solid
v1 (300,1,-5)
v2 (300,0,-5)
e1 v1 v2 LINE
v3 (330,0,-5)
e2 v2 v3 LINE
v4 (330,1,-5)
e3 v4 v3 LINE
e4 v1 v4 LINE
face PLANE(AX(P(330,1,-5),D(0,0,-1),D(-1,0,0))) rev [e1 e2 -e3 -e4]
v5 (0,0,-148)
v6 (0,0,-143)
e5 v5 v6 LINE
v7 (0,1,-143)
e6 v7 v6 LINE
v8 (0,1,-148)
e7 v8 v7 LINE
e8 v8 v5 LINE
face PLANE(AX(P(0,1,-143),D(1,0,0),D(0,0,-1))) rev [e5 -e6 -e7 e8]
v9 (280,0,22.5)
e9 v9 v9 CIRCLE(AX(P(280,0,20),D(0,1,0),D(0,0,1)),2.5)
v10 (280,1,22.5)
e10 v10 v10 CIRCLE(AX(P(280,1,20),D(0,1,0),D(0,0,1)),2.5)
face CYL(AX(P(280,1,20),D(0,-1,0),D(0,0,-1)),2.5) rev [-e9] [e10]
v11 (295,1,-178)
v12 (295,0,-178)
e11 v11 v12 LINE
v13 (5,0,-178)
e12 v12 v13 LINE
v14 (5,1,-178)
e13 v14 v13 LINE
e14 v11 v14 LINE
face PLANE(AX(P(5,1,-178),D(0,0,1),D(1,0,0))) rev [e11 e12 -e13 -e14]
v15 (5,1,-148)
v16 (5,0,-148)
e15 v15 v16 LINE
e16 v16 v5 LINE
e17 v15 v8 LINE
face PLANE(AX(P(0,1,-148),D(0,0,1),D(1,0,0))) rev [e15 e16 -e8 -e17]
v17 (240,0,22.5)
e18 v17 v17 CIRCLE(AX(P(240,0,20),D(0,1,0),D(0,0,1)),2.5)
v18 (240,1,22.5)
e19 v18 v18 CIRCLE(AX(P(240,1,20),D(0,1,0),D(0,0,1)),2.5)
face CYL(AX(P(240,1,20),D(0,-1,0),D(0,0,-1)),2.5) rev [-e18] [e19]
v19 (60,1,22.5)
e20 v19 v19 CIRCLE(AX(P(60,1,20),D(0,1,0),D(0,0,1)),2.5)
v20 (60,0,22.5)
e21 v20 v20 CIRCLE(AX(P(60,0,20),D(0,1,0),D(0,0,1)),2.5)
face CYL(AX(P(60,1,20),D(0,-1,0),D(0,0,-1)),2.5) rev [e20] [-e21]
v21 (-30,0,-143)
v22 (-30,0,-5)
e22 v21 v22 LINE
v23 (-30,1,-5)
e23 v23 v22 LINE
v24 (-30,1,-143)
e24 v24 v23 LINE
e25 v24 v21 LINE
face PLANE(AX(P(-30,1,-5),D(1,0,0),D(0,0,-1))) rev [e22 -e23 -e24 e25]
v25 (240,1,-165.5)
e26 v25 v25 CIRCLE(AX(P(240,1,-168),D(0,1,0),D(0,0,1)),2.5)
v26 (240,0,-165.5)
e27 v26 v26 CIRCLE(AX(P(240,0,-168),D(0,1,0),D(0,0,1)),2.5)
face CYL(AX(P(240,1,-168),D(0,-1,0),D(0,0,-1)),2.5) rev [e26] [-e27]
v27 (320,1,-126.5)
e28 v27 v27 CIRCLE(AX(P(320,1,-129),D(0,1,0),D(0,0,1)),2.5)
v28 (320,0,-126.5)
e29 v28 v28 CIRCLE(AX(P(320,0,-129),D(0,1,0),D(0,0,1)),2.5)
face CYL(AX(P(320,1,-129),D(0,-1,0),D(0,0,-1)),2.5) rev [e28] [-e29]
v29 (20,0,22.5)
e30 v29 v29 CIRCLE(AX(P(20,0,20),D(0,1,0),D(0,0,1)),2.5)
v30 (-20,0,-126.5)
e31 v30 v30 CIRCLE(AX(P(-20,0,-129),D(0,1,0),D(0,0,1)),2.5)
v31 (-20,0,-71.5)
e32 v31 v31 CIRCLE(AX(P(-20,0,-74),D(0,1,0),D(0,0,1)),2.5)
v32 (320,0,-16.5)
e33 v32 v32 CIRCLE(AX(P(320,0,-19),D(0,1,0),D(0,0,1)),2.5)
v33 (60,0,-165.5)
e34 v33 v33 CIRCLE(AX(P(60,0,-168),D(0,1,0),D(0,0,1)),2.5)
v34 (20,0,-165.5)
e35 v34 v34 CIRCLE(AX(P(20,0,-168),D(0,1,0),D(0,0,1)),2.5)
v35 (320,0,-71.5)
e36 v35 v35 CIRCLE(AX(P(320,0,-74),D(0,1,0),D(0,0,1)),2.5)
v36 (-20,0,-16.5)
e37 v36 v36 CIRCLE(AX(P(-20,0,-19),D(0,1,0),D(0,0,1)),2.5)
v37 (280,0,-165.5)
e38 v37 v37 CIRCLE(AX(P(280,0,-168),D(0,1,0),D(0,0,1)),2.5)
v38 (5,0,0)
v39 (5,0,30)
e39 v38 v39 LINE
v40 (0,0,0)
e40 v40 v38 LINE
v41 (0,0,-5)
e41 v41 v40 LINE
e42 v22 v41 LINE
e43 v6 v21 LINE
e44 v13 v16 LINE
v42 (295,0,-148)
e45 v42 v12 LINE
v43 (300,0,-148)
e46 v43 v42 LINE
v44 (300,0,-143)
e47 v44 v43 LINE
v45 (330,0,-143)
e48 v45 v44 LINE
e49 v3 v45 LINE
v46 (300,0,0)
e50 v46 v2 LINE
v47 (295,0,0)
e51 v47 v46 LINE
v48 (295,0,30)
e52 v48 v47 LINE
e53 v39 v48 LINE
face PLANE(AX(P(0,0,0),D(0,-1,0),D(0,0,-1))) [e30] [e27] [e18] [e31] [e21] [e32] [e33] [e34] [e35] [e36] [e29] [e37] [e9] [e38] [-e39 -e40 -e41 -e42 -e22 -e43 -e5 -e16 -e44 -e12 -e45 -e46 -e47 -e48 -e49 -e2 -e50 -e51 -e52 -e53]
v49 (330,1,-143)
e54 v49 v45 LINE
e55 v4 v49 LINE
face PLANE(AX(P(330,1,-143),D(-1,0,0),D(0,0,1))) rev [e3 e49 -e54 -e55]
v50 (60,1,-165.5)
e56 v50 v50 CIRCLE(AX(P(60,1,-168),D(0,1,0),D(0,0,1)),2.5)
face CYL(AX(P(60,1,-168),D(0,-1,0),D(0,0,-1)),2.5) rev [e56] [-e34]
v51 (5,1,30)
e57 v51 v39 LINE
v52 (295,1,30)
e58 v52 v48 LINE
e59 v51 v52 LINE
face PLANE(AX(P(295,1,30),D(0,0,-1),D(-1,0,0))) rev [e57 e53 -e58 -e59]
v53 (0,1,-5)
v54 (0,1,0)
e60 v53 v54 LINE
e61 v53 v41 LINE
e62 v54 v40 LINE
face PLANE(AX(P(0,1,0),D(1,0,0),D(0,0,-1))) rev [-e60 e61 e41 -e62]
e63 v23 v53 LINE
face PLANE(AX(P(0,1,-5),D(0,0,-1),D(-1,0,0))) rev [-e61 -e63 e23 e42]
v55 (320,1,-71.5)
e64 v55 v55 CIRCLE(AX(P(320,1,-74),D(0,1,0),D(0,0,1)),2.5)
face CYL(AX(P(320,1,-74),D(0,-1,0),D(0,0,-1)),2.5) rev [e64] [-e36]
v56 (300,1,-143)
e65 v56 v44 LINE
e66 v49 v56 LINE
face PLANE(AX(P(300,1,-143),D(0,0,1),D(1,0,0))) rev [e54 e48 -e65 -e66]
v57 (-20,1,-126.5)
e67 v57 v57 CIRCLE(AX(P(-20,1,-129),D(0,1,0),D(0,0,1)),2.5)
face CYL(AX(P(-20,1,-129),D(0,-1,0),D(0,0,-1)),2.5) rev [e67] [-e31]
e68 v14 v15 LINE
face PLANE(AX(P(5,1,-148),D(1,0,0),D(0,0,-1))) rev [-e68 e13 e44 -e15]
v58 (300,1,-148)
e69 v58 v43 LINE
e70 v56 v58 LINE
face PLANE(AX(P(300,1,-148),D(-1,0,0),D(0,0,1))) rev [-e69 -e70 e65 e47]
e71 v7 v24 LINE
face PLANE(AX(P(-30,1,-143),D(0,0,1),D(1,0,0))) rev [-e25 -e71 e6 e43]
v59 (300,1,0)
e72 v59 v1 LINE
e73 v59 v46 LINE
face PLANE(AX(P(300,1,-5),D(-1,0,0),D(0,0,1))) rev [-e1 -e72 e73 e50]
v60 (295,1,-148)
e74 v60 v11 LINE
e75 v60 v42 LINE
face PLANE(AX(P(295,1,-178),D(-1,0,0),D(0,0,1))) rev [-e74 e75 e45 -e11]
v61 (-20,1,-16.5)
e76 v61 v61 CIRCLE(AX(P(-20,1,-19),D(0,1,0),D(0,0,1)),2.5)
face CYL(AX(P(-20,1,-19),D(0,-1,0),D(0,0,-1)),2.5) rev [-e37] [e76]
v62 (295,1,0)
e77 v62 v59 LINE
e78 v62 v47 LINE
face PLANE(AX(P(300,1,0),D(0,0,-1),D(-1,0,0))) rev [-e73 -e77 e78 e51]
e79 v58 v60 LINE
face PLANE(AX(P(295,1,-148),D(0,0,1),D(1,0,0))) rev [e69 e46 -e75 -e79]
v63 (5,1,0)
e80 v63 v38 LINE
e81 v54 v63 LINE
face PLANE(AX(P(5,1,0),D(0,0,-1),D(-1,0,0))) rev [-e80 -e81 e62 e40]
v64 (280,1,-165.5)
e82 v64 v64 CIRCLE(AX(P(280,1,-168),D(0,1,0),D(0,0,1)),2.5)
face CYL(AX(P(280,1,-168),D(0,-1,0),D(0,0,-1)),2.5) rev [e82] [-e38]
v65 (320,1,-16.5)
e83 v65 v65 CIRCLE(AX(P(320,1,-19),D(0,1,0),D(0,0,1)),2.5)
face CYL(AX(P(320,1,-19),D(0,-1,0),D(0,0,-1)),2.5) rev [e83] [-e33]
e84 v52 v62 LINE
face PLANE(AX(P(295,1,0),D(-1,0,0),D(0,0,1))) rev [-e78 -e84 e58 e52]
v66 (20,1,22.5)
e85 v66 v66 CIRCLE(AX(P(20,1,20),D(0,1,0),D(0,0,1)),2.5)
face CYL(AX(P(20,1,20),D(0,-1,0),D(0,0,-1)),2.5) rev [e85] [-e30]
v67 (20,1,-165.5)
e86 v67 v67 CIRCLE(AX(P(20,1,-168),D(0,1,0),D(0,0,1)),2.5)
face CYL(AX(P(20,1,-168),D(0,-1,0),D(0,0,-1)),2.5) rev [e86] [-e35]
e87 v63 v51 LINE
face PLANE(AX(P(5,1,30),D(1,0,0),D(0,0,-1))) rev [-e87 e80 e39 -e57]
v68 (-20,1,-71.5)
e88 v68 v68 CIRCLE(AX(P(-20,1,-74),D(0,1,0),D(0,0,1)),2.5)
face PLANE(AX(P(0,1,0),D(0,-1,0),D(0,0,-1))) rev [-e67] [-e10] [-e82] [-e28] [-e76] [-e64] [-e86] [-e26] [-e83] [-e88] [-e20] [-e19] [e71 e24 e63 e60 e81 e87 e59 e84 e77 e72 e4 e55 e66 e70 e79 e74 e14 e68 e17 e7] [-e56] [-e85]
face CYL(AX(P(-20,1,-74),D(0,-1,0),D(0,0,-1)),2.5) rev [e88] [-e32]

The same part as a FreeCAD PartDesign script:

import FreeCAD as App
import Part
import Sketcher
from FreeCAD import Vector


def add_polygon(sketch, points):
    """Adds a closed chain of lines whose ends are joined by coincident constraints."""
    first, n = sketch.GeometryCount, len(points)
    for a, b in zip(points, points[1:] + points[:1]):
        sketch.addGeometry(Part.LineSegment(App.Vector(*a, 0), App.Vector(*b, 0)), False)
    for i in range(n):
        sketch.addConstraint(Sketcher.Constraint("Coincident", first + i, 2, first + (i + 1) % n, 1))

doc = App.newDocument("Part")
body = doc.addObject("PartDesign::Body", "Body")

sketch1 = body.newObject("Sketcher::SketchObject", "Sketch")
sketch1.AttachmentSupport = (doc.getObject("XZ_Plane"), [""])
sketch1.MapMode = "FlatFace"
add_polygon(sketch1, [(0, -5), (0, 0), (5, 0), (5, 30), (295, 30), (295, 0), (300, 0), (300, -5), (330, -5), (330, -143), (300, -143), (300, -148), (295, -148), (295, -178), (5, -178), (5, -148), (0, -148), (0, -143), (-30, -143), (-30, -5)])
sketch1.addGeometry(Part.Circle(Vector(280, 20, 0), Vector(0, 0, 1), 2.5), False)
sketch1.addGeometry(Part.Circle(Vector(240, 20, 0), Vector(0, 0, 1), 2.5), False)
sketch1.addGeometry(Part.Circle(Vector(320, -19, 0), Vector(0, 0, 1), 2.5), False)
sketch1.addGeometry(Part.Circle(Vector(60, 20, 0), Vector(0, 0, 1), 2.5), False)
sketch1.addGeometry(Part.Circle(Vector(20, 20, 0), Vector(0, 0, 1), 2.5), False)
sketch1.addGeometry(Part.Circle(Vector(-20, -19, 0), Vector(0, 0, 1), 2.5), False)
sketch1.addGeometry(Part.Circle(Vector(320, -74, 0), Vector(0, 0, 1), 2.5), False)
sketch1.addGeometry(Part.Circle(Vector(320, -129, 0), Vector(0, 0, 1), 2.5), False)
sketch1.addGeometry(Part.Circle(Vector(280, -168, 0), Vector(0, 0, 1), 2.5), False)
sketch1.addGeometry(Part.Circle(Vector(240, -168, 0), Vector(0, 0, 1), 2.5), False)
sketch1.addGeometry(Part.Circle(Vector(-20, -74, 0), Vector(0, 0, 1), 2.5), False)
sketch1.addGeometry(Part.Circle(Vector(-20, -129, 0), Vector(0, 0, 1), 2.5), False)
sketch1.addGeometry(Part.Circle(Vector(60, -168, 0), Vector(0, 0, 1), 2.5), False)
sketch1.addGeometry(Part.Circle(Vector(20, -168, 0), Vector(0, 0, 1), 2.5), False)
sketch1.addConstraint([
    Sketcher.Constraint("Vertical", 0),
    Sketcher.Constraint("Horizontal", 1),
    Sketcher.Constraint("Vertical", 2),
    Sketcher.Constraint("Horizontal", 3),
    Sketcher.Constraint("Vertical", 4),
    Sketcher.Constraint("Horizontal", 5),
    Sketcher.Constraint("Vertical", 6),
    Sketcher.Constraint("Horizontal", 7),
    Sketcher.Constraint("Vertical", 8),
    Sketcher.Constraint("Horizontal", 9),
    Sketcher.Constraint("Vertical", 10),
    Sketcher.Constraint("Horizontal", 11),
    Sketcher.Constraint("Vertical", 12),
    Sketcher.Constraint("Horizontal", 13),
    Sketcher.Constraint("Vertical", 14),
    Sketcher.Constraint("Horizontal", 15),
    Sketcher.Constraint("Vertical", 16),
    Sketcher.Constraint("Horizontal", 17),
    Sketcher.Constraint("Vertical", 18),
    Sketcher.Constraint("Horizontal", 19),
    Sketcher.Constraint("Coincident", 0, 2, -1, 1),
    Sketcher.Constraint("Equal", 20, 21),
    Sketcher.Constraint("Equal", 21, 22),
    Sketcher.Constraint("Equal", 22, 23),
    Sketcher.Constraint("Equal", 23, 24),
    Sketcher.Constraint("Equal", 24, 25),
    Sketcher.Constraint("Equal", 25, 26),
    Sketcher.Constraint("Equal", 26, 27),
    Sketcher.Constraint("Equal", 27, 28),
    Sketcher.Constraint("Equal", 28, 29),
    Sketcher.Constraint("Equal", 29, 30),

* [Task requirements]: Precisely the lines between those holding "e64 v55 v55" and "e71 v7 v24 LINE", inclusive, are to be reproduced from the listing above, with nothing added.

* [Answer to this problem]:
e64 v55 v55 CIRCLE(AX(P(320,1,-74),D(0,1,0),D(0,0,1)),2.5)
face CYL(AX(P(320,1,-74),D(0,-1,0),D(0,0,-1)),2.5) rev [e64] [-e36]
v56 (300,1,-143)
e65 v56 v44 LINE
e66 v49 v56 LINE
face PLANE(AX(P(300,1,-143),D(0,0,1),D(1,0,0))) rev [e54 e48 -e65 -e66]
v57 (-20,1,-126.5)
e67 v57 v57 CIRCLE(AX(P(-20,1,-129),D(0,1,0),D(0,0,1)),2.5)
face CYL(AX(P(-20,1,-129),D(0,-1,0),D(0,0,-1)),2.5) rev [e67] [-e31]
e68 v14 v15 LINE
face PLANE(AX(P(5,1,-148),D(1,0,0),D(0,0,-1))) rev [-e68 e13 e44 -e15]
v58 (300,1,-148)
e69 v58 v43 LINE
e70 v56 v58 LINE
face PLANE(AX(P(300,1,-148),D(-1,0,0),D(0,0,1))) rev [-e69 -e70 e65 e47]
e71 v7 v24 LINE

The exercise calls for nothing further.